:: Exercise prompt ::
Look for "ellipse" in the listing below. Gather each line that contains it.

"""

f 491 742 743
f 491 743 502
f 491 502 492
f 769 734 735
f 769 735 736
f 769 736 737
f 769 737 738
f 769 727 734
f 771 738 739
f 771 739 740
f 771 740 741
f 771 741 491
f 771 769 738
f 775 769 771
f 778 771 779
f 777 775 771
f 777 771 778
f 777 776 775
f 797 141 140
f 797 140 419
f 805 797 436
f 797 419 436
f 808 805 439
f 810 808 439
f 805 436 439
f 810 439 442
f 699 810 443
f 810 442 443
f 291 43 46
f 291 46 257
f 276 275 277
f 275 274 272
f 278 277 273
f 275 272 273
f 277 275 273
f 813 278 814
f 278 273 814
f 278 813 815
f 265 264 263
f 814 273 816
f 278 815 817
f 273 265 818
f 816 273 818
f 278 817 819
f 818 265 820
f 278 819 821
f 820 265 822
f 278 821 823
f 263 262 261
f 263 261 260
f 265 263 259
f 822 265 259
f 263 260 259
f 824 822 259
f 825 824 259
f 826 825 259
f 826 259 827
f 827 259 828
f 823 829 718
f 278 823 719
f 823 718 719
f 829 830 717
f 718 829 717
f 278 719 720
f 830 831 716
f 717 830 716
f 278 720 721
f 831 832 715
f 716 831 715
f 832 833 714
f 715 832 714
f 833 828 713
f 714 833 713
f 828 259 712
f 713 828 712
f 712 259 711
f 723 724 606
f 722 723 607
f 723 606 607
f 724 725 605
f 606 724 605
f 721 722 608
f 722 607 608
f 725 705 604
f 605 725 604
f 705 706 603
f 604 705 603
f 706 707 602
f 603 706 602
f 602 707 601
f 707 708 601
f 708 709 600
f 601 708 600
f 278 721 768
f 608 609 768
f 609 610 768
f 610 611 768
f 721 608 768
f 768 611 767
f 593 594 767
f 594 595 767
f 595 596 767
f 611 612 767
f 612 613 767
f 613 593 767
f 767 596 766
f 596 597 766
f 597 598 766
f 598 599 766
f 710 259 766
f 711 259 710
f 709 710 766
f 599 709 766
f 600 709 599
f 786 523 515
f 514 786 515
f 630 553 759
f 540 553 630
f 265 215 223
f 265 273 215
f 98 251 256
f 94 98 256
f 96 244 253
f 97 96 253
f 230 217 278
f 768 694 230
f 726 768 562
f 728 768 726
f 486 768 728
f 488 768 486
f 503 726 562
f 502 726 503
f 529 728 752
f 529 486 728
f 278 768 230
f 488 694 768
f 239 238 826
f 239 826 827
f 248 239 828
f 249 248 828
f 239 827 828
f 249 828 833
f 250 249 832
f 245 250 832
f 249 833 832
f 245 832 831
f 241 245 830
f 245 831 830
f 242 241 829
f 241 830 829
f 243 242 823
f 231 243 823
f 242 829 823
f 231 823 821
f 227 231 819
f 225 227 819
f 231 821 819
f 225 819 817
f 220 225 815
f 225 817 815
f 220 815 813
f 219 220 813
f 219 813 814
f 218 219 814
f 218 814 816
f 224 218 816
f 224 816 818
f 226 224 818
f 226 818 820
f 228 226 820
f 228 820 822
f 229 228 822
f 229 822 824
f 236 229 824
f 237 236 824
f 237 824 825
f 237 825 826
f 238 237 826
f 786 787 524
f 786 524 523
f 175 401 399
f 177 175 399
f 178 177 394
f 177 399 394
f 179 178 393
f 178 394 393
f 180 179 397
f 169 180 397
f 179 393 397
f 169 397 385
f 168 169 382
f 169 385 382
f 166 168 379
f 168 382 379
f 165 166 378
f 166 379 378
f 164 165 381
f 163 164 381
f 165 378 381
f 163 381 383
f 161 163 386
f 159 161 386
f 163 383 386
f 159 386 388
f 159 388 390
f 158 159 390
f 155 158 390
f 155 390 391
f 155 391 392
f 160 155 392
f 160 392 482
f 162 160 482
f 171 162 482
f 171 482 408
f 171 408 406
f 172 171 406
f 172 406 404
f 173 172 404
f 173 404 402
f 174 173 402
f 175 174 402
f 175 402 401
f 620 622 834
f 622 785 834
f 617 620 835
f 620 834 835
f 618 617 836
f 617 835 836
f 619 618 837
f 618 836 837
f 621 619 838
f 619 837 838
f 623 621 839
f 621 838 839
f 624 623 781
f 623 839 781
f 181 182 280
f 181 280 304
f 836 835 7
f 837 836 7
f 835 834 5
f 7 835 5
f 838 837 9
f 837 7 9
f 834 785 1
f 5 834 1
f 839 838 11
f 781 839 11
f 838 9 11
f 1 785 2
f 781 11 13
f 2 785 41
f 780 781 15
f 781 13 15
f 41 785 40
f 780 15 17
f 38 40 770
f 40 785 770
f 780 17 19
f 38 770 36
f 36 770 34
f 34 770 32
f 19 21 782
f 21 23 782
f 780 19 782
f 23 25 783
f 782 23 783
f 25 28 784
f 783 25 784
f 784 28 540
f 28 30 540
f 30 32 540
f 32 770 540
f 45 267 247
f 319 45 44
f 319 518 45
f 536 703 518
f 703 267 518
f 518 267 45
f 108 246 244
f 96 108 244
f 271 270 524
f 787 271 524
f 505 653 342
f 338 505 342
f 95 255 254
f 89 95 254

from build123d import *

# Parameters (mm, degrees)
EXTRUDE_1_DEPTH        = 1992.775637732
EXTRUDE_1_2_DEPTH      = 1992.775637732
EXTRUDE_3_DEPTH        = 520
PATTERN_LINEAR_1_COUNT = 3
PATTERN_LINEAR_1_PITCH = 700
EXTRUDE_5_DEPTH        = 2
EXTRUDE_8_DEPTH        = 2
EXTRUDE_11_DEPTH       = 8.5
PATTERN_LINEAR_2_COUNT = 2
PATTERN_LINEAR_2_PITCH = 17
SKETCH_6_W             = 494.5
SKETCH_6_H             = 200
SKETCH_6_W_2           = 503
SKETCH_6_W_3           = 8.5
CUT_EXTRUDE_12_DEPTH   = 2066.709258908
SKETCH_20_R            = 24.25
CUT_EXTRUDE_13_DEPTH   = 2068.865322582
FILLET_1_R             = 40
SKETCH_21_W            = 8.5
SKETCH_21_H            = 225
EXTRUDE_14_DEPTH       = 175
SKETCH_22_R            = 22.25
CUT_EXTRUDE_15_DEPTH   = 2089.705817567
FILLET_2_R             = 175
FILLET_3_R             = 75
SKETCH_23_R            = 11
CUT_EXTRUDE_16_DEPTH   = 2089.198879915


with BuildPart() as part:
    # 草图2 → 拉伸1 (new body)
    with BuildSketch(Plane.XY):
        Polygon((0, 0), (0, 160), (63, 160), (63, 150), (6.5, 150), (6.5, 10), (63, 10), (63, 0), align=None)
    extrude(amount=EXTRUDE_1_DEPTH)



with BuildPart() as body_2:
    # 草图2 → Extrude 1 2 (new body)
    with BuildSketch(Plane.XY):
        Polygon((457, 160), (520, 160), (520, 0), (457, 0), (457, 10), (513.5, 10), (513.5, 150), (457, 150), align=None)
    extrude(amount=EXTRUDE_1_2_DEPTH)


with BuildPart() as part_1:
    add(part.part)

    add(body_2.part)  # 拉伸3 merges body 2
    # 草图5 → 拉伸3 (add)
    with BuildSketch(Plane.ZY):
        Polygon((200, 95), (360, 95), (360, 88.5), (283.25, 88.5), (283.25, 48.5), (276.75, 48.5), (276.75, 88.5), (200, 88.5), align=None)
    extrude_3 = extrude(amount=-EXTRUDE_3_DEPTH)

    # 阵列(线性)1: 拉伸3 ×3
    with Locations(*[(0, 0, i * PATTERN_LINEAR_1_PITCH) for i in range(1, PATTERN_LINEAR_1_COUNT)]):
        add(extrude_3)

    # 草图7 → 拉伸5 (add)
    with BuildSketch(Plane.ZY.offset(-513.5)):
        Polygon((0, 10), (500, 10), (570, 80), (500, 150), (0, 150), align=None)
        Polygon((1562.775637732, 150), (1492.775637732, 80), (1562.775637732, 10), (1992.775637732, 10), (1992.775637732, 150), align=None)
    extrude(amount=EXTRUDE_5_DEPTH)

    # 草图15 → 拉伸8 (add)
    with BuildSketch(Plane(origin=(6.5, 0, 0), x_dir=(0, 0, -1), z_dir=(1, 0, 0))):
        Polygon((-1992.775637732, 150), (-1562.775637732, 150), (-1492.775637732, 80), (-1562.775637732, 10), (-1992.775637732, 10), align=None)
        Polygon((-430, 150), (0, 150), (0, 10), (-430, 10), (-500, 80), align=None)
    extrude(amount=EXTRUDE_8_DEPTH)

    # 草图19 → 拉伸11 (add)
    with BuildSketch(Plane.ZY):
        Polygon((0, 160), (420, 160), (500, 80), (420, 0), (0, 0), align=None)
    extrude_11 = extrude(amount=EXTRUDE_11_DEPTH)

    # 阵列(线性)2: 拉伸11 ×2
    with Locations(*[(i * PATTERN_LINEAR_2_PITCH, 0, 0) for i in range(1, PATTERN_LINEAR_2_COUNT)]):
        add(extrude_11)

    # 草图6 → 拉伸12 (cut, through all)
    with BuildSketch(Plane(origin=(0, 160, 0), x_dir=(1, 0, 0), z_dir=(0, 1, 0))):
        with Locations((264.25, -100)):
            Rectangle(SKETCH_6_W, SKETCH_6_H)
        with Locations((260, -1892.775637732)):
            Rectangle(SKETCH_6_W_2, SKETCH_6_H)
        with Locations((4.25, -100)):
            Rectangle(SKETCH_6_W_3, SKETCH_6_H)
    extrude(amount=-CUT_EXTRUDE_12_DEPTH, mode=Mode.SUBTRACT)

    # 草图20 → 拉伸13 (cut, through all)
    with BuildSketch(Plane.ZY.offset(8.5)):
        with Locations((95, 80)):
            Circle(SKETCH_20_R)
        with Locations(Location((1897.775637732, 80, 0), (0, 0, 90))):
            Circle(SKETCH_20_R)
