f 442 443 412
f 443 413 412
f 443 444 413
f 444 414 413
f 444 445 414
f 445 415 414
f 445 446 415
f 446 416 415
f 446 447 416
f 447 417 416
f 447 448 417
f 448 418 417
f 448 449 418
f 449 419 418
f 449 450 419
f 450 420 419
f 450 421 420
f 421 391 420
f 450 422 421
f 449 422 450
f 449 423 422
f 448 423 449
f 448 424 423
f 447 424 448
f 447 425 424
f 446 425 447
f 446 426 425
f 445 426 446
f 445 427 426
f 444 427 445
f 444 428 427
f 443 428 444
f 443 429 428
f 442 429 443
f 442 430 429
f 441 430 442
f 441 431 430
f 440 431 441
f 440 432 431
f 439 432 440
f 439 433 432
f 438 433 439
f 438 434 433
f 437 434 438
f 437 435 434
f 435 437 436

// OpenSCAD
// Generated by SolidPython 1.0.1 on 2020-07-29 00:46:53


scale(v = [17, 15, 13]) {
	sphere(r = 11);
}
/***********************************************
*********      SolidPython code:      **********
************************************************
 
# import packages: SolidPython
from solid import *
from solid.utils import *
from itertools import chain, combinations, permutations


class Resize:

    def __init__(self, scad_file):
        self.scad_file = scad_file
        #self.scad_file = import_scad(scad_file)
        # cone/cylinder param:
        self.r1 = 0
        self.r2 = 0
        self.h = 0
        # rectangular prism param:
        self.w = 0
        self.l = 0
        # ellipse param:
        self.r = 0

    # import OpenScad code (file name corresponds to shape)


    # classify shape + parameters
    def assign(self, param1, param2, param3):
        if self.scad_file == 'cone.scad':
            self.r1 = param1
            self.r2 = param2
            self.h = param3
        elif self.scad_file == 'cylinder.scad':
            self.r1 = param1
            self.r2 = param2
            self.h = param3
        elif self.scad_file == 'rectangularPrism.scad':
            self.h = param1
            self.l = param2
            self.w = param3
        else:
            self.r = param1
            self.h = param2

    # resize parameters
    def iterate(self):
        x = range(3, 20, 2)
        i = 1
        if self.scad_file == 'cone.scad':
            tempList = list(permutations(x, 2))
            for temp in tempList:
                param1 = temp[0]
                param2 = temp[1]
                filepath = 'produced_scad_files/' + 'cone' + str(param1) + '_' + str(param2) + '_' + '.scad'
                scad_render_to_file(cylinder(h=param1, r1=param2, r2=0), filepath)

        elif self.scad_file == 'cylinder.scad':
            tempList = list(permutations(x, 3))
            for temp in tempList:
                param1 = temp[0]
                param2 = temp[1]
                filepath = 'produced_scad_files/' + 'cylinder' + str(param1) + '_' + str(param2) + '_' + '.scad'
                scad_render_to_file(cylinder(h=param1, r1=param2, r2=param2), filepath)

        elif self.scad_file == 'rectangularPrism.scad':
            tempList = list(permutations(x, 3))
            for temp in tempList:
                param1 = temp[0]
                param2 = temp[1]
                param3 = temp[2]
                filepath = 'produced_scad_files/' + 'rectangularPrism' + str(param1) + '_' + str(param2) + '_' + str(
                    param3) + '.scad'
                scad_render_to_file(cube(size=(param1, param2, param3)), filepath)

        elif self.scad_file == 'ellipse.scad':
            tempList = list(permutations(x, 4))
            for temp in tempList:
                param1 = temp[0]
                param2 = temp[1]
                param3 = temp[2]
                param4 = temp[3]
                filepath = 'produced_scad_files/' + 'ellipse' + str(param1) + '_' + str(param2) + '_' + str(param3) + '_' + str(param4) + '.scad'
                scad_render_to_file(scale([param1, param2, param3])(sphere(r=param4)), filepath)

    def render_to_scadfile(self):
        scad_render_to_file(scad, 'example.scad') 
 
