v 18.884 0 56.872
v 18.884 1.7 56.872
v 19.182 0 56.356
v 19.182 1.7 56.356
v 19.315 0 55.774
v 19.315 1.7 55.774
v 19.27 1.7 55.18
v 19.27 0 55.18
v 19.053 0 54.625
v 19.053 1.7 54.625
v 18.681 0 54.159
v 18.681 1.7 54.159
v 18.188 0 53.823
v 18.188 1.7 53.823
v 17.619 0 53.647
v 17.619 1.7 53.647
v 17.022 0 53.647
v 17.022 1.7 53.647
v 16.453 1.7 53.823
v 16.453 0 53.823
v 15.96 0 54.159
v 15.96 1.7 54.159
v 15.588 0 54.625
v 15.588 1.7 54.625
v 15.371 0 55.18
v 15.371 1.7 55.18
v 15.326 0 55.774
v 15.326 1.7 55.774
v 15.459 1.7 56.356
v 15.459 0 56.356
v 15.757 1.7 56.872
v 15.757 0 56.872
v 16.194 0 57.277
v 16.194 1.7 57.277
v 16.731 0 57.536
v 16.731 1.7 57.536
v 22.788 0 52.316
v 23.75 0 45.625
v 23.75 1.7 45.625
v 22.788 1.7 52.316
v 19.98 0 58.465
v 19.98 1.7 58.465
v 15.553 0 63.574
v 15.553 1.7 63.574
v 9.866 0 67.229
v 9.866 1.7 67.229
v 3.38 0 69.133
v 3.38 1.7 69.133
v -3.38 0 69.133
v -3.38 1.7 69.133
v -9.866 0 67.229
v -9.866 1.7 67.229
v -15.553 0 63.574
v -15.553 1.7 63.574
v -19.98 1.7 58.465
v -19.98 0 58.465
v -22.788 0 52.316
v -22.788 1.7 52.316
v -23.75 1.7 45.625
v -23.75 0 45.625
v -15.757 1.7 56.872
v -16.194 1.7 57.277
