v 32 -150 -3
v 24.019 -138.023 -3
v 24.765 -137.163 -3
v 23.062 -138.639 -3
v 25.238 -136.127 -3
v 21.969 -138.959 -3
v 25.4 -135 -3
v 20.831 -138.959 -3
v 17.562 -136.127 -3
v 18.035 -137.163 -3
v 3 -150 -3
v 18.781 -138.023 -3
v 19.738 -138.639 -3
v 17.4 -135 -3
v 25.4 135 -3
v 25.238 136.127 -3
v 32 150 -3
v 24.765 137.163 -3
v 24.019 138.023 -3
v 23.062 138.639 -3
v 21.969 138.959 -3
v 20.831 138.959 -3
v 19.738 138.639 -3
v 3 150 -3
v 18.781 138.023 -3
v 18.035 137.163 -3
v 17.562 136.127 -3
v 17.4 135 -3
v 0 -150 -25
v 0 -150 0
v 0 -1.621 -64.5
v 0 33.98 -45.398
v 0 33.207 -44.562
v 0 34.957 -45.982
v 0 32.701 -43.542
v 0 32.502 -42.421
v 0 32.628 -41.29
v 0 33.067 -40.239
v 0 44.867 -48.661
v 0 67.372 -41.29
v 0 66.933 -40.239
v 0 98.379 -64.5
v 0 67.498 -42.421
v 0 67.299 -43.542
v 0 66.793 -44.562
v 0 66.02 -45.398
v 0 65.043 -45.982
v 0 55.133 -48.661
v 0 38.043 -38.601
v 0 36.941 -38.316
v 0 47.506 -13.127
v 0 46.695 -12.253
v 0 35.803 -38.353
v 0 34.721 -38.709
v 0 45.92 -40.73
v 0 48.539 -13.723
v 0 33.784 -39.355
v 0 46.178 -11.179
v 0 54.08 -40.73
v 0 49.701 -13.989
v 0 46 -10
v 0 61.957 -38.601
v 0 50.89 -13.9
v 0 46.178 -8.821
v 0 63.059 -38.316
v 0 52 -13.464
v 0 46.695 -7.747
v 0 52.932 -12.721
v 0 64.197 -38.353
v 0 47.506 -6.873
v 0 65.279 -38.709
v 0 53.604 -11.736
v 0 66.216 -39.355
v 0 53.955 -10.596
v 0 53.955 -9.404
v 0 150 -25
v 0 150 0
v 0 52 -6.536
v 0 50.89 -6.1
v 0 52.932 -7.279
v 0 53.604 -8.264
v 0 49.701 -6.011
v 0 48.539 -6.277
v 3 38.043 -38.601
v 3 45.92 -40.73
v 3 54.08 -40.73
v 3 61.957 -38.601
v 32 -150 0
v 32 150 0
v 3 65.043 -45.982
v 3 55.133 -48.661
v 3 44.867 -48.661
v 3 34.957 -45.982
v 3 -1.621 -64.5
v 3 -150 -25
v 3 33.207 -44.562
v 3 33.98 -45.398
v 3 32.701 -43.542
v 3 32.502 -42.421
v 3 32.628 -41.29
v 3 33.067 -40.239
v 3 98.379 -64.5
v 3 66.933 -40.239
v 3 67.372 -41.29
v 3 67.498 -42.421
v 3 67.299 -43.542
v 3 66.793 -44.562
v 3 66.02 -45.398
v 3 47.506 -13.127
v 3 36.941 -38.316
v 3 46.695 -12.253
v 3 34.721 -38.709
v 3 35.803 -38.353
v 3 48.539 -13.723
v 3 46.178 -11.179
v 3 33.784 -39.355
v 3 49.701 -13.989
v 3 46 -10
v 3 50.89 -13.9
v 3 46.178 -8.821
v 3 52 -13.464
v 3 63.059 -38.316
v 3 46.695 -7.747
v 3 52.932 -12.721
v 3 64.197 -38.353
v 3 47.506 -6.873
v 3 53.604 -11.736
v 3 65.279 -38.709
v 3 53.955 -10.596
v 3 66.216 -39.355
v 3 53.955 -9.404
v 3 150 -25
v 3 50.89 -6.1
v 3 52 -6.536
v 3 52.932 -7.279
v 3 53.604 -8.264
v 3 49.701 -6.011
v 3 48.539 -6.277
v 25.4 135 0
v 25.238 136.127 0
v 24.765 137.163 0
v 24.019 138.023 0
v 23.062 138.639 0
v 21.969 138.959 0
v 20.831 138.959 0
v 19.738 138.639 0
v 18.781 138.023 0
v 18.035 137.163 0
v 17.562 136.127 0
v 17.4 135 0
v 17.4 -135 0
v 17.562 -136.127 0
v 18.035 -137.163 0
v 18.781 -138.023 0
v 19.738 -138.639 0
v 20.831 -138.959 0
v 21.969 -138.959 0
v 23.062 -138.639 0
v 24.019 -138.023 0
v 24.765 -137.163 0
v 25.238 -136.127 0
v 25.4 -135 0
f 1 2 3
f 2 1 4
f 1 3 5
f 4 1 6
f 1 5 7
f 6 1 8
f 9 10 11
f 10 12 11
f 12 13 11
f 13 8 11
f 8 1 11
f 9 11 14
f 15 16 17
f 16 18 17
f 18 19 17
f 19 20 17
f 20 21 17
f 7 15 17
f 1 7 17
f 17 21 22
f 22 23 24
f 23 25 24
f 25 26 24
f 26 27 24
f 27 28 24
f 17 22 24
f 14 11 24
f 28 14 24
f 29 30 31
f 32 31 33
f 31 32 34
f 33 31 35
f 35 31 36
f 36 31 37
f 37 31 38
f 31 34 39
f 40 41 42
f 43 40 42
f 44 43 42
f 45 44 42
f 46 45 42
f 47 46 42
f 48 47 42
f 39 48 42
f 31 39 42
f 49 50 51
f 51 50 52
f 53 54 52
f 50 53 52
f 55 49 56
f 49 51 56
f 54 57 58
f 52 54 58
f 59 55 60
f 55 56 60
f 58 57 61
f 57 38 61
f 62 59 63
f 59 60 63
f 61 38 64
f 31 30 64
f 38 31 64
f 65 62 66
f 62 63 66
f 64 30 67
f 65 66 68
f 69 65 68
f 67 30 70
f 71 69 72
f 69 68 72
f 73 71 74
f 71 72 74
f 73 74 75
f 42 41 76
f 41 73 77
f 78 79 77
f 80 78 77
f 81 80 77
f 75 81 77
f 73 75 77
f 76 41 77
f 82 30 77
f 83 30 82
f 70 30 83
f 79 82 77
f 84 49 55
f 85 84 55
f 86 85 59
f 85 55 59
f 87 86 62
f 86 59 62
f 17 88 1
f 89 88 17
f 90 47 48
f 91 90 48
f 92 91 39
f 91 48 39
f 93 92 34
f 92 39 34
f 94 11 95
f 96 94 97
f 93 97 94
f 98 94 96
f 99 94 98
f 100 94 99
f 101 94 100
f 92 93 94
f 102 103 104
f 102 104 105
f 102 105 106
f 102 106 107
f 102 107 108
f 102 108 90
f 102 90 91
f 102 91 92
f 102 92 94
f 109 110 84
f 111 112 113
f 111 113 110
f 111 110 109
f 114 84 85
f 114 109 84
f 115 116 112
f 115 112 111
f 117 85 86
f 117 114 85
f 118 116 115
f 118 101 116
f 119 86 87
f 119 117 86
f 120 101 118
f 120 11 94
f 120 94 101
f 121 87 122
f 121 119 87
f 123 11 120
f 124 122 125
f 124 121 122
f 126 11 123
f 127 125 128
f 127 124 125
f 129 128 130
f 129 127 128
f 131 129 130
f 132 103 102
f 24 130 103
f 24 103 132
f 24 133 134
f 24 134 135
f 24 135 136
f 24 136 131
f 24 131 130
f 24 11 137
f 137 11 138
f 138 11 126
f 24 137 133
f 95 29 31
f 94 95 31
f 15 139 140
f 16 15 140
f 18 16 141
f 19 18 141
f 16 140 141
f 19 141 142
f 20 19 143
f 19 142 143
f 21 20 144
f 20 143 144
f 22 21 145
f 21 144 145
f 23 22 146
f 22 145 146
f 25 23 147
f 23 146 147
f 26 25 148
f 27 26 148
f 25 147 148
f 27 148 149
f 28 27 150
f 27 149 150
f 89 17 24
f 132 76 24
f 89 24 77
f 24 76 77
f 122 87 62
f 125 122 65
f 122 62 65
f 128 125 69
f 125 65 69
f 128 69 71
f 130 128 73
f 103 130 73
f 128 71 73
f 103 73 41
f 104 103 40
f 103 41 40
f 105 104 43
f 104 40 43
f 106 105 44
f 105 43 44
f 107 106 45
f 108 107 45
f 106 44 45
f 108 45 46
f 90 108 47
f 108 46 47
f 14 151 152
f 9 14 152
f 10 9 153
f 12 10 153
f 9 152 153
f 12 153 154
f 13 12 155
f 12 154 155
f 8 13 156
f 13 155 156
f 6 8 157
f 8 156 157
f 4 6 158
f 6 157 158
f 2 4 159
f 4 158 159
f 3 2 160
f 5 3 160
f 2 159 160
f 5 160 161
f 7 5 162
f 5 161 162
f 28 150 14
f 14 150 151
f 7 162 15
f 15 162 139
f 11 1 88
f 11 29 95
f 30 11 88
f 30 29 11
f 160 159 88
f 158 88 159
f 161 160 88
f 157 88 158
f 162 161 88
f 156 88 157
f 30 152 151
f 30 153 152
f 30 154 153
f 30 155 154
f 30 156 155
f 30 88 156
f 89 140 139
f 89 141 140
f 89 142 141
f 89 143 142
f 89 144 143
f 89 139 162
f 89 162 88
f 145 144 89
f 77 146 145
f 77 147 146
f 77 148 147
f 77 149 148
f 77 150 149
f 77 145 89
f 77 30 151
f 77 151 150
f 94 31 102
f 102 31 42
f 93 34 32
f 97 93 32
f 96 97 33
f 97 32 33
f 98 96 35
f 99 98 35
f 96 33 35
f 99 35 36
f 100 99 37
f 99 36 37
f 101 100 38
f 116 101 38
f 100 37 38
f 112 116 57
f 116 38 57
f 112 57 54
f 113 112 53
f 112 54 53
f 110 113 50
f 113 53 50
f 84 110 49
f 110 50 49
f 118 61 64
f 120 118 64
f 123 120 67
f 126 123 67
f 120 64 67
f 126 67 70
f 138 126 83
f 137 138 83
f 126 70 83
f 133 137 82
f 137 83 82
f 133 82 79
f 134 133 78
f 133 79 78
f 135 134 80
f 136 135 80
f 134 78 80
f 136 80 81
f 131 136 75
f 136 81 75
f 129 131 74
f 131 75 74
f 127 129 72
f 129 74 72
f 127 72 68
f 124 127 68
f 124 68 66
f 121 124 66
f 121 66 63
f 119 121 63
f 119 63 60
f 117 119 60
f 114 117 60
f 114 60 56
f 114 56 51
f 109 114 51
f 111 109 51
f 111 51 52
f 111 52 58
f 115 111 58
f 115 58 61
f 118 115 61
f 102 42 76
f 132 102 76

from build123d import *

# Parameters (mm, degrees)
F1_DEPTH = 3
F2_W     = 300
F2_H     = 3
F3_DEPTH = 29
F5_DEPTH = 64.501
F6_R     = 4
F7_DEPTH = 32.001


with BuildPart() as f1:
    # F0 (on Right) → F1 (new body)
    with BuildSketch(Plane.YZ):
        Polygon((150, -25), (150, 0), (-150, 0), (-150, -25), (-1.621217, -64.5), (98.378783, -64.5), align=None)
    extrude(amount=F1_DEPTH)

    # F2 (on face) → F3 (join)
    with BuildSketch(Plane.YZ.offset(3)):
        with Locations((0, -1.5)):
            Rectangle(F2_W, F2_H)
    extrude(amount=F3_DEPTH)

    # F4 (on face) → F5 (cut, through all)
    with BuildSketch(Plane.XY):
        with BuildLine():
            ThreePointArc((17.4, -135), (21.4, -139), (25.4, -135))
            Line((25.4, -135), (25.4, 135))
            ThreePointArc((25.4, 135), (21.4, 139), (17.4, 135))
            Line((17.4, 135), (17.4, -135))
        make_face()
    extrude(amount=-F5_DEPTH, mode=Mode.SUBTRACT)

    # F6 (on face) → F7 (cut, through all)
    with BuildSketch(Plane(origin=(0, 0, 0), x_dir=(0, -1, 0), z_dir=(-1, 0, 0))):
        with Locations((-50, -10)):
            Circle(F6_R)
        with BuildLine():
            ThreePointArc((-61.957143, -38.601167), (-67.190473, -40.748783), (-65.042857, -45.982113))
            ThreePointArc((-65.042857, -45.982113), (-50, -49), (-34.957143, -45.982113))
            ThreePointArc((-34.957143, -45.982113), (-32.809527, -40.748783), (-38.042857, -38.601167))
            ThreePointArc((-38.042857, -38.601167), (-50, -41), (-61.957143, -38.601167))
        make_face()
    extrude(amount=-F7_DEPTH, mode=Mode.SUBTRACT)


solid = f1.part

"""

:: Output for this task ::
        # ellipse param:
        elif self.scad_file == 'ellipse.scad':
                filepath = 'produced_scad_files/' + 'ellipse' + str(param1) + '_' + str(param2) + '_' + str(param3) + '_' + str(param4) + '.scad'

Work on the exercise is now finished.